#### Data for this exercise

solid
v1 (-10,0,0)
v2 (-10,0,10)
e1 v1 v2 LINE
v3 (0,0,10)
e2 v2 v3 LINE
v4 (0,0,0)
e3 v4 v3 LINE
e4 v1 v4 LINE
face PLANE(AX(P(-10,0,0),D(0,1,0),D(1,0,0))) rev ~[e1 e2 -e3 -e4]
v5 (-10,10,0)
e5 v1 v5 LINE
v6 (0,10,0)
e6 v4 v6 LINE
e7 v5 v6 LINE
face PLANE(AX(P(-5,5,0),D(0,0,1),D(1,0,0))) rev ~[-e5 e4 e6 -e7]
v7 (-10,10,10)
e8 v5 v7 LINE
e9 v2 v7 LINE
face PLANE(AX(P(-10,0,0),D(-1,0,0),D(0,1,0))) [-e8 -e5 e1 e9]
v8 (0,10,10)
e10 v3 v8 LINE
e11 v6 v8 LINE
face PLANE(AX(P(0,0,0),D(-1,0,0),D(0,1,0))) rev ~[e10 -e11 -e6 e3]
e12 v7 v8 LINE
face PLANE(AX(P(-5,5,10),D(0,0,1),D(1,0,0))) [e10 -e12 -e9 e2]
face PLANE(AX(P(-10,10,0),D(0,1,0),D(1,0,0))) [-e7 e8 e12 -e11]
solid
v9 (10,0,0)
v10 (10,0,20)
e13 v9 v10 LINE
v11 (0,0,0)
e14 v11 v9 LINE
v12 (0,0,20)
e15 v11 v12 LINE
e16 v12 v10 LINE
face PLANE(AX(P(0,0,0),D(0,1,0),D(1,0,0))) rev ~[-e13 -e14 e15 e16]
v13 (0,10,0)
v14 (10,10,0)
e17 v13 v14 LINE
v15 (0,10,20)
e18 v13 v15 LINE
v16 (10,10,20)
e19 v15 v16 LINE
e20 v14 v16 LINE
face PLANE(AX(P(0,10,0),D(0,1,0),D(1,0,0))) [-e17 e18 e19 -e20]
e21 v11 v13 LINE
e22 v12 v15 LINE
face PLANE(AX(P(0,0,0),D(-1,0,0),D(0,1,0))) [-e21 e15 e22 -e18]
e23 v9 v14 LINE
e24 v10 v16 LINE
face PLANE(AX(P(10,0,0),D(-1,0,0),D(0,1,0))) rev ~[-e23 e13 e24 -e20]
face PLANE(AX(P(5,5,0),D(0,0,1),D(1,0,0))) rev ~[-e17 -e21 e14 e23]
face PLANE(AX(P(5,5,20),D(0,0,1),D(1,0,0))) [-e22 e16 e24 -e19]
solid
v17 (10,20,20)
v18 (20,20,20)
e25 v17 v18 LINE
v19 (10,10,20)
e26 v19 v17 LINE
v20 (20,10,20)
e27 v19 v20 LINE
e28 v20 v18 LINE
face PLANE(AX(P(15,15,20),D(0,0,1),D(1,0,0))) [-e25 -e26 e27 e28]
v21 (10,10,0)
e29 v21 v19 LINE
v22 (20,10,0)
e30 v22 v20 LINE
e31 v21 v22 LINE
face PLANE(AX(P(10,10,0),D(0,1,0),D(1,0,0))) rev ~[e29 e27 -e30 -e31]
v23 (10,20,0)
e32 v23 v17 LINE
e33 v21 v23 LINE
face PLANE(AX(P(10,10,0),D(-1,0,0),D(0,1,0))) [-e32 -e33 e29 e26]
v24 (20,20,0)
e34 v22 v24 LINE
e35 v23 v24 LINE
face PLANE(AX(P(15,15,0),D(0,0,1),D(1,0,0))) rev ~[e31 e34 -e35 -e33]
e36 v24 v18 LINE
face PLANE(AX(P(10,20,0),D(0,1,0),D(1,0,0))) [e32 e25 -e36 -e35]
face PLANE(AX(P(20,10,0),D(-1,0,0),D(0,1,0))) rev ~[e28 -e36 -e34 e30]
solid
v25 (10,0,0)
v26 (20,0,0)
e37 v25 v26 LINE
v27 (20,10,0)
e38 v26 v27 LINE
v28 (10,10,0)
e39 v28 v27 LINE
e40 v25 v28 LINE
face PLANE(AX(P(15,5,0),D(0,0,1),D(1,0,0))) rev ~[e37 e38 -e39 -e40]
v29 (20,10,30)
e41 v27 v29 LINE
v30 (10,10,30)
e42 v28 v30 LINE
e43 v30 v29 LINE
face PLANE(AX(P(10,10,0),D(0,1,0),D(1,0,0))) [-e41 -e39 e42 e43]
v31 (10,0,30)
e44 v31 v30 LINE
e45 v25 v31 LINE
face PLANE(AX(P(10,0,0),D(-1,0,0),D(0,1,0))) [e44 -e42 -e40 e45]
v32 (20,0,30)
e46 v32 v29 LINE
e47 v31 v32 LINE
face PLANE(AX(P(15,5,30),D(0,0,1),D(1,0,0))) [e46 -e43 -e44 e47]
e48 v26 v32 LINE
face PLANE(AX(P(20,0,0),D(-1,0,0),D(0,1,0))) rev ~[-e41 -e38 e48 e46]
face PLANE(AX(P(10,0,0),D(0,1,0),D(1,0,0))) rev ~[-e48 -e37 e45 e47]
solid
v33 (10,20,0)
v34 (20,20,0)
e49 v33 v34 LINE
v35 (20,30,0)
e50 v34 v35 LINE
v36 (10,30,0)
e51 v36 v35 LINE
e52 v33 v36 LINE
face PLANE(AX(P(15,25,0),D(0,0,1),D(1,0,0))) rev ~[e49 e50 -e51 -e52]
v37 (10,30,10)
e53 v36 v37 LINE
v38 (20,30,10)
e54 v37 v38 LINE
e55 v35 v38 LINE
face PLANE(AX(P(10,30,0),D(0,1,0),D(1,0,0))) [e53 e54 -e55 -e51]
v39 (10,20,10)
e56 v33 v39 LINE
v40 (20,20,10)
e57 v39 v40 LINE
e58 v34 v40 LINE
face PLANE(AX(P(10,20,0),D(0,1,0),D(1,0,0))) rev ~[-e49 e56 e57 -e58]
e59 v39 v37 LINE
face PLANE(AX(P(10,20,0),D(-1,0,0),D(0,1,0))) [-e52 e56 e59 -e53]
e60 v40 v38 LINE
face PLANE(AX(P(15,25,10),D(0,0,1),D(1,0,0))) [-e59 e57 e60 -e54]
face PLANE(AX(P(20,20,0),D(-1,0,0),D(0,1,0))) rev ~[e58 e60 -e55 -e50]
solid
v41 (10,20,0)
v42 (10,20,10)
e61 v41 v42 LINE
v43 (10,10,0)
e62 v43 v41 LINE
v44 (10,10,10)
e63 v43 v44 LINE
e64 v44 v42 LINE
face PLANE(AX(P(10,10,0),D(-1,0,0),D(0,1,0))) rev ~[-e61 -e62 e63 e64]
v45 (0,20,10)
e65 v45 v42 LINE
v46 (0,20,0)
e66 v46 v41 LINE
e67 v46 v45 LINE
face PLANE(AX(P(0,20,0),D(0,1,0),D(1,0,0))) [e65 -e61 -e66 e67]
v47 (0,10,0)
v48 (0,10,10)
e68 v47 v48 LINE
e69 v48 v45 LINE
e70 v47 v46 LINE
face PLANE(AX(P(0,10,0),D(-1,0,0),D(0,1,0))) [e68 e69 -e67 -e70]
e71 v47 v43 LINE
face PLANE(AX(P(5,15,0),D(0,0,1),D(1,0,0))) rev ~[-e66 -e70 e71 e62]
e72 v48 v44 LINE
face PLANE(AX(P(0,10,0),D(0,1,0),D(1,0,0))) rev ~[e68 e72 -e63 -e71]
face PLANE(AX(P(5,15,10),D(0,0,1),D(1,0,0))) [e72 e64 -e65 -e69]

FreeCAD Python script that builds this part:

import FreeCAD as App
import Part
import Sketcher
Q = App.Units.Quantity

doc = App.newDocument("Part")
params = doc.addObject("Spreadsheet::Sheet", "Params")
for row, (alias, value) in enumerate([
    ("sketch1_width", "10 mm"),
    ("pad1_length", "10 mm"),
    ("sketch2_width", "10 mm"),
    ("pad2_length", "20 mm"),
    ("sketch3_width", "10 mm"),
    ("pad3_length", "30 mm"),
    ("sketch4_width", "10 mm"),
    ("pad4_length", "20 mm"),
    ("sketch5_width", "10 mm"),
    ("pad5_length", "10 mm"),
    ("sketch6_width", "10 mm"),
    ("pad6_length", "10 mm"),
], start=1):
    params.set(f"A{row}", alias)
    params.set(f"B{row}", "=" + value)
    params.setAlias(f"B{row}", alias)

body = doc.addObject("PartDesign::Body", "Body")

sketch1 = body.newObject("Sketcher::SketchObject", "Sketch")
sketch1.AttachmentSupport = (doc.getObject("XY_Plane"), [""])
sketch1.MapMode = "FlatFace"
sketch1.addGeometry([
    Part.LineSegment(App.Vector(-10, 10, 0), App.Vector(-10, 0, 0)),
    Part.LineSegment(App.Vector(-10, 0, 0), App.Vector(0, 0, 0)),
    Part.LineSegment(App.Vector(0, 0, 0), App.Vector(0, 10, 0)),
    Part.LineSegment(App.Vector(0, 10, 0), App.Vector(-10, 10, 0)),
], False)
sketch1.addConstraint([
    Sketcher.Constraint("Coincident", 0, 2, 1, 1),
    Sketcher.Constraint("Coincident", 1, 2, 2, 1),
    Sketcher.Constraint("Coincident", 2, 2, 3, 1),
    Sketcher.Constraint("Coincident", 3, 2, 0, 1),
    Sketcher.Constraint("Vertical", 0),
    Sketcher.Constraint("Horizontal", 1),
    Sketcher.Constraint("Vertical", 2),
    Sketcher.Constraint("Horizontal", 3),
    Sketcher.Constraint("Coincident", 1, 2, -1, 1),
    Sketcher.Constraint("Equal", 3, 0),
    Sketcher.Constraint("DistanceX", 1, 1, 1, 2, Q("10 mm")),
])
sketch1.setExpression("Constraints[10]", "Params.sketch1_width")
pad1 = body.newObject("PartDesign::Pad", "Pad")
pad1.Profile = sketch1
pad1.setExpression("Length", "Params.pad1_length")
body2 = doc.addObject("PartDesign::Body", "Body001")

sketch2 = body2.newObject("Sketcher::SketchObject", "Sketch001")
sketch2.AttachmentSupport = (doc.getObject("XY_Plane001"), [""])
sketch2.MapMode = "FlatFace"
sketch2.addGeometry([
    Part.LineSegment(App.Vector(10, 20, 0), App.Vector(10, 10, 0)),
    Part.LineSegment(App.Vector(10, 10, 0), App.Vector(20, 10, 0)),
    Part.LineSegment(App.Vector(20, 10, 0), App.Vector(20, 20, 0)),
    Part.LineSegment(App.Vector(20, 20, 0), App.Vector(10, 20, 0)),
], False)
sketch2.addConstraint([
    Sketcher.Constraint("Coincident", 0, 2, 1, 1),
    Sketcher.Constraint("Coincident", 1, 2, 2, 1),
    Sketcher.Constraint("Coincident", 2, 2, 3, 1),
    Sketcher.Constraint("Coincident", 3, 2, 0, 1),
    Sketcher.Constraint("Vertical", 0),
    Sketcher.Constraint("Horizontal", 1),
    Sketcher.Constraint("Vertical", 2),
    Sketcher.Constraint("Horizontal", 3),
    Sketcher.Constraint("Equal", 3, 0),
    Sketcher.Constraint("DistanceX", 1, 1, 1, 2, Q("10 mm")),
    Sketcher.Constraint("DistanceX", -1, 1, 0, 2, Q("10 mm")),
    Sketcher.Constraint("DistanceY", -1, 1, 0, 2, Q("10 mm")),
])
sketch2.setExpression("Constraints[9]", "Params.sketch2_width")
pad2 = body2.newObject("PartDesign::Pad", "Pad001")
pad2.Profile = sketch2
pad2.setExpression("Length", "Params.pad2_length")
body3 = doc.addObject("PartDesign::Body", "Body002")

sketch3 = body3.newObject("Sketcher::SketchObject", "Sketch002")
sketch3.AttachmentSupport = (doc.getObject("XY_Plane002"), [""])
sketch3.MapMode = "FlatFace"
sketch3.addGeometry([
    Part.LineSegment(App.Vector(10, 10, 0), App.Vector(10, 0, 0)),
    Part.LineSegment(App.Vector(10, 0, 0), App.Vector(20, 0, 0)),
    Part.LineSegment(App.Vector(20, 0, 0), App.Vector(20, 10, 0)),
    Part.LineSegment(App.Vector(20, 10, 0), App.Vector(10, 10, 0)),
], False)
sketch3.addConstraint([
    Sketcher.Constraint("Coincident", 0, 2, 1, 1),
    Sketcher.Constraint("Coincident", 1, 2, 2, 1),
    Sketcher.Constraint("Coincident", 2, 2, 3, 1),
    Sketcher.Constraint("Coincident", 3, 2, 0, 1),
    Sketcher.Constraint("Vertical", 0),
    Sketcher.Constraint("Horizontal", 1),
    Sketcher.Constraint("Vertical", 2),
    Sketcher.Constraint("Horizontal", 3),
    Sketcher.Constraint("PointOnObject", 0, 2, -1),
    Sketcher.Constraint("Equal", 3, 0),
    Sketcher.Constraint("DistanceX", 1, 1, 1, 2, Q("10 mm")),
    Sketcher.Constraint("DistanceX", -1, 1, 0, 2, Q("10 mm")),
])
sketch3.setExpression("Constraints[10]", "Params.sketch3_width")
pad3 = body3.newObject("PartDesign::Pad", "Pad002")
pad3.Profile = sketch3
pad3.setExpression("Length", "Params.pad3_length")
body4 = doc.addObject("PartDesign::Body", "Body003")

sketch4 = body4.newObject("Sketcher::SketchObject", "Sketch003")
sketch4.AttachmentSupport = (doc.getObject("XY_Plane003"), [""])
sketch4.MapMode = "FlatFace"
sketch4.addGeometry([
    Part.LineSegment(App.Vector(0, 10, 0), App.Vector(0, 0, 0)),
    Part.LineSegment(App.Vector(0, 0, 0), App.Vector(10, 0, 0)),
    Part.LineSegment(App.Vector(10, 0, 0), App.Vector(10, 10, 0)),
    Part.LineSegment(App.Vector(10, 10, 0), App.Vector(0, 10, 0)),
], False)
sketch4.addConstraint([
    Sketcher.Constraint("Coincident", 0, 2, 1, 1),
    Sketcher.Constraint("Coincident", 1, 2, 2, 1),
    Sketcher.Constraint("Coincident", 2, 2, 3, 1),
    Sketcher.Constraint("Coincident", 3, 2, 0, 1),
    Sketcher.Constraint("Vertical", 0),
    Sketcher.Constraint("Horizontal", 1),
    Sketcher.Constraint("Vertical", 2),
    Sketcher.Constraint("Horizontal", 3),
    Sketcher.Constraint("Coincident", 0, 2, -1, 1),
    Sketcher.Constraint("Equal", 3, 0),
    Sketcher.Constraint("DistanceX", 1, 1, 1, 2, Q("10 mm")),
])
sketch4.setExpression("Constraints[10]", "Params.sketch4_width")
pad4 = body4.newObject("PartDesign::Pad", "Pad003")
pad4.Profile = sketch4
pad4.setExpression("Length", "Params.pad4_length")
body5 = doc.addObject("PartDesign::Body", "Body004")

########

Exercise
Return, word for word, every line from the top of the entries down to the line that holds "e20 v14 v16 LINE", both included.

Task response
solid
v1 (-10,0,0)
v2 (-10,0,10)
e1 v1 v2 LINE
v3 (0,0,10)
e2 v2 v3 LINE
v4 (0,0,0)
e3 v4 v3 LINE
e4 v1 v4 LINE
face PLANE(AX(P(-10,0,0),D(0,1,0),D(1,0,0))) rev ~[e1 e2 -e3 -e4]
v5 (-10,10,0)
e5 v1 v5 LINE
v6 (0,10,0)
e6 v4 v6 LINE
e7 v5 v6 LINE
face PLANE(AX(P(-5,5,0),D(0,0,1),D(1,0,0))) rev ~[-e5 e4 e6 -e7]
v7 (-10,10,10)
e8 v5 v7 LINE
e9 v2 v7 LINE
face PLANE(AX(P(-10,0,0),D(-1,0,0),D(0,1,0))) [-e8 -e5 e1 e9]
v8 (0,10,10)
e10 v3 v8 LINE
e11 v6 v8 LINE
face PLANE(AX(P(0,0,0),D(-1,0,0),D(0,1,0))) rev ~[e10 -e11 -e6 e3]
e12 v7 v8 LINE
face PLANE(AX(P(-5,5,10),D(0,0,1),D(1,0,0))) [e10 -e12 -e9 e2]
face PLANE(AX(P(-10,10,0),D(0,1,0),D(1,0,0))) [-e7 e8 e12 -e11]
solid
v9 (10,0,0)
v10 (10,0,20)
e13 v9 v10 LINE
v11 (0,0,0)
e14 v11 v9 LINE
v12 (0,0,20)
e15 v11 v12 LINE
e16 v12 v10 LINE
face PLANE(AX(P(0,0,0),D(0,1,0),D(1,0,0))) rev ~[-e13 -e14 e15 e16]
v13 (0,10,0)
v14 (10,10,0)
e17 v13 v14 LINE
v15 (0,10,20)
e18 v13 v15 LINE
v16 (10,10,20)
e19 v15 v16 LINE
e20 v14 v16 LINE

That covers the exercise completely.